When two insurers are both excess insurers and there is no primary insurer, the two excess provisions effectively cancel each other out, and the two excess insurers share responsibility on a pro rata basis. See Great West Cas. Co. v. Ross Wilson Trucking, 550 F. Supp. 3d 579, 586 (C.D. Ill. 2021). That is the case here.

The last question, therefore, is how defense costs and liability get divided. On this, both sides agree: it is done in proportion to the respective policy limits. Language to this effect appears in both policies. Section 5.h. of the relevant part of the Great West policy says that

[w]hen this Coverage Form and any other Coverage Form, policy or self-insurance covers on the same basis, either excess or primary, we will pay only our share. Our share is the proportion that the Limit of Insurance of our Coverage Form bears to the total of the limits of all the Coverage Forms, policies and self-insurance covering on the same basis.

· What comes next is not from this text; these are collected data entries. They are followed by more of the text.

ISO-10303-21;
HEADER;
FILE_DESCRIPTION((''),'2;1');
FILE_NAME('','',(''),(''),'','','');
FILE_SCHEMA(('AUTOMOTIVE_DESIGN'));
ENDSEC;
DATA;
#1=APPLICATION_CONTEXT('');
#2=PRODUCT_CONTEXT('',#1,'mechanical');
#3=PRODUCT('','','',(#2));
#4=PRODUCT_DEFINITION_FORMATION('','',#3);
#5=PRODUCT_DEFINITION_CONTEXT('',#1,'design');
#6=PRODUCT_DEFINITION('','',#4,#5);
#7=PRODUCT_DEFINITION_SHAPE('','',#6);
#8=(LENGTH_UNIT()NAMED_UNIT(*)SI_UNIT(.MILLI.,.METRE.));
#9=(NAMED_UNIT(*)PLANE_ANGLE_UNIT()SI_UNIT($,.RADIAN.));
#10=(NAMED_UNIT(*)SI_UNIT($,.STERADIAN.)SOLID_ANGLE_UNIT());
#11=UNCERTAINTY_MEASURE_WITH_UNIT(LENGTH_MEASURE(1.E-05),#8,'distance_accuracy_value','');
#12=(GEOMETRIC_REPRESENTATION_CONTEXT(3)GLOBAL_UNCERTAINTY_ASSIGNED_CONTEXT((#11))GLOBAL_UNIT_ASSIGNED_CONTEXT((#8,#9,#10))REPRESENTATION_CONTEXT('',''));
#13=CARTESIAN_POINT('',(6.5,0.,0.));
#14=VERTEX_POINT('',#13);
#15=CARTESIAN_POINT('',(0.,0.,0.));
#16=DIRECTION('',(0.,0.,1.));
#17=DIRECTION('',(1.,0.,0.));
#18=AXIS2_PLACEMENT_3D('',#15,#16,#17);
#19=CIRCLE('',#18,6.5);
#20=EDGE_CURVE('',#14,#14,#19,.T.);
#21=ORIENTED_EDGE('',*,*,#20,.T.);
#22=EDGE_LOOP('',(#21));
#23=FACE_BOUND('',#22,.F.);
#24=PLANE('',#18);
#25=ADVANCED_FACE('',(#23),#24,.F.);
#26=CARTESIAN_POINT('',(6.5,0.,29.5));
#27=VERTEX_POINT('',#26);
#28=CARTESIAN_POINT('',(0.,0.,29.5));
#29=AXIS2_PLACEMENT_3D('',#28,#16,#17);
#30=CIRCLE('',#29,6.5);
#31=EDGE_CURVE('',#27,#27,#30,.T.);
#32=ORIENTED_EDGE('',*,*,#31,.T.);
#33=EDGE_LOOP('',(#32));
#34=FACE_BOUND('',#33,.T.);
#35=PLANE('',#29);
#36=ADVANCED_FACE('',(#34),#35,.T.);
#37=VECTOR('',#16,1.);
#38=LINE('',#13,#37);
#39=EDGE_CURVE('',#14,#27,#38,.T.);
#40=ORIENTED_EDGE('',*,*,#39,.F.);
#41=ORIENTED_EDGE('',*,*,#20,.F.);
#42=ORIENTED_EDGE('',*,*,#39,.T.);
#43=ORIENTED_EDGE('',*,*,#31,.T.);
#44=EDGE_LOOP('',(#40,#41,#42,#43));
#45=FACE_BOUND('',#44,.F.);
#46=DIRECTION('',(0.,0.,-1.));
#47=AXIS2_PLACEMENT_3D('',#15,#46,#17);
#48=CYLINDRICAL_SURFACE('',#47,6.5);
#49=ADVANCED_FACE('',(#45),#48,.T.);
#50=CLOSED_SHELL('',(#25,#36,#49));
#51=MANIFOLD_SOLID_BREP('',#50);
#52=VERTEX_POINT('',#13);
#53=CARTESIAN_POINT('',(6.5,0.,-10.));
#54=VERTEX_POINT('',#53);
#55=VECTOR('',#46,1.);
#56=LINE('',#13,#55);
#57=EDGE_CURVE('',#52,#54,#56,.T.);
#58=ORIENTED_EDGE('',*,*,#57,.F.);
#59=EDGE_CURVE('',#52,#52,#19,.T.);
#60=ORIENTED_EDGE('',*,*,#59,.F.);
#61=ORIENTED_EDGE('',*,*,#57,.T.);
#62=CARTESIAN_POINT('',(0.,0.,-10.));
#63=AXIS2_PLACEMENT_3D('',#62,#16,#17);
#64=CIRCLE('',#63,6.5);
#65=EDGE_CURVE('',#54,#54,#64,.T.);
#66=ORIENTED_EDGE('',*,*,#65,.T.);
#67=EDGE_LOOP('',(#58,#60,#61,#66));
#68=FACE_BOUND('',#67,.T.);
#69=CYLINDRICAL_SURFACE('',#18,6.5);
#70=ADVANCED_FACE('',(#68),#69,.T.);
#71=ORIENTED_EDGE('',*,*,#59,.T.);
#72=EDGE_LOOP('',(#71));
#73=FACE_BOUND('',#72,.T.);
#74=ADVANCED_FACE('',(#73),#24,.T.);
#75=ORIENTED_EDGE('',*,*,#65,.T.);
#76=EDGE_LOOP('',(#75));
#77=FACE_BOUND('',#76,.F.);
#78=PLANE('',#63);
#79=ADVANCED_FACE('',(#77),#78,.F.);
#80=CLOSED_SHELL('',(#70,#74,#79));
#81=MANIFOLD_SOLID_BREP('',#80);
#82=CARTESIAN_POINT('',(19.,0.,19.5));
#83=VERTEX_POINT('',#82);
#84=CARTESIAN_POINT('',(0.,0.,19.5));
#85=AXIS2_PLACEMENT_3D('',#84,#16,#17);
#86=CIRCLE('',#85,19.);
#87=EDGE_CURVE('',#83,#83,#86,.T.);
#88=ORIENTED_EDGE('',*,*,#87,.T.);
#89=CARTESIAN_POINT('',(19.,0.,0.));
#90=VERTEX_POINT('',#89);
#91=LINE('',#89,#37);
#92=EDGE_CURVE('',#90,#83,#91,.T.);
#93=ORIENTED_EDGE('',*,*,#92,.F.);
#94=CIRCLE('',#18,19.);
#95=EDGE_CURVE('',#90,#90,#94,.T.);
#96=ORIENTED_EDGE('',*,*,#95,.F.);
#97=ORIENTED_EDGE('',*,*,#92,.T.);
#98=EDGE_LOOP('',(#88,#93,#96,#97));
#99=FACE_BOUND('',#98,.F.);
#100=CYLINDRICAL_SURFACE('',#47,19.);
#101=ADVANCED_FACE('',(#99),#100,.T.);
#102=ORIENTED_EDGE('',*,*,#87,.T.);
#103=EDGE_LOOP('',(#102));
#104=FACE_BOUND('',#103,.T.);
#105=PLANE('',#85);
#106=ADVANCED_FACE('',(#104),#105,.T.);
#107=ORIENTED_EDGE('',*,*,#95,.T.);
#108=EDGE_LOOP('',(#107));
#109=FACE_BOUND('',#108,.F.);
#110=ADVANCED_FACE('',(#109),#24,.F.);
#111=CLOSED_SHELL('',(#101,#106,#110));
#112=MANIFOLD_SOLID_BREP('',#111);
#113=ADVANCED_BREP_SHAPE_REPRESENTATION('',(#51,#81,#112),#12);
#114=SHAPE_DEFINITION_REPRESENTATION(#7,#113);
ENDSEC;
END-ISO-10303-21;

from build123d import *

# Parameters (mm, degrees)
F0_R     = 19
F1_DEPTH = 19.5
F2_R     = 6.5
F3_DEPTH = 29.5
F4_DEPTH = 10


with BuildPart() as f1:
    # F0 (on Top) → F1 (new body)
    with BuildSketch(Plane.XY):
        Circle(F0_R)
    extrude(amount=F1_DEPTH)


with BuildPart() as f3:
    # F2 (on Top) → F3 (new body)
    with BuildSketch(Plane.XY):
        Circle(F2_R)
    extrude(amount=F3_DEPTH)


with BuildPart() as f4:
    # F2 (on Top) → F4 (new body)
    with BuildSketch(Plane.XY):
        Circle(F2_R)
    extrude(amount=-F4_DEPTH)


solid = Compound([f1.part, f3.part, f4.part])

Dkt. no. 14-4, ECF p. 42 of 137. The Nationwide policy says exactly the same thing. See Great West LR 56.1 Stat. ¶ 29. The limit of the Great West coverage is $1 million; the limit of the Nationwide coverage is $2 million. The two insurers are to share defense costs and liability proportionately to these respective limits.

Conclusion

*5 The Court grants plaintiff Great West Casualty Co.’s motion for summary judgment [17] to the extent stated in this Memorandum Opinion and Order. The Court will enter a declaratory judgment accordingly. The parties are directed to confer and prepare a proposed judgment order, agreed as to form, consistent with the Court’s ruling. A Word version is to be submitted to Judge Kennelly’s proposed order e-mail address by no later than January 12, 2024. Entry of the declaratory judgment should conclude all remaining issues in this case, so the Court will close the case following entry of the judgment.

All Citations

Slip Copy, 2024 WL 98402

Footnotes

  1. The Great West policy defines “Auto” to include “[a] land motor vehicle, ‘trailer’ or semitrailer designed for travel on public roads ….” Dkt. no. 14-4 at ECF p. 43 of 137.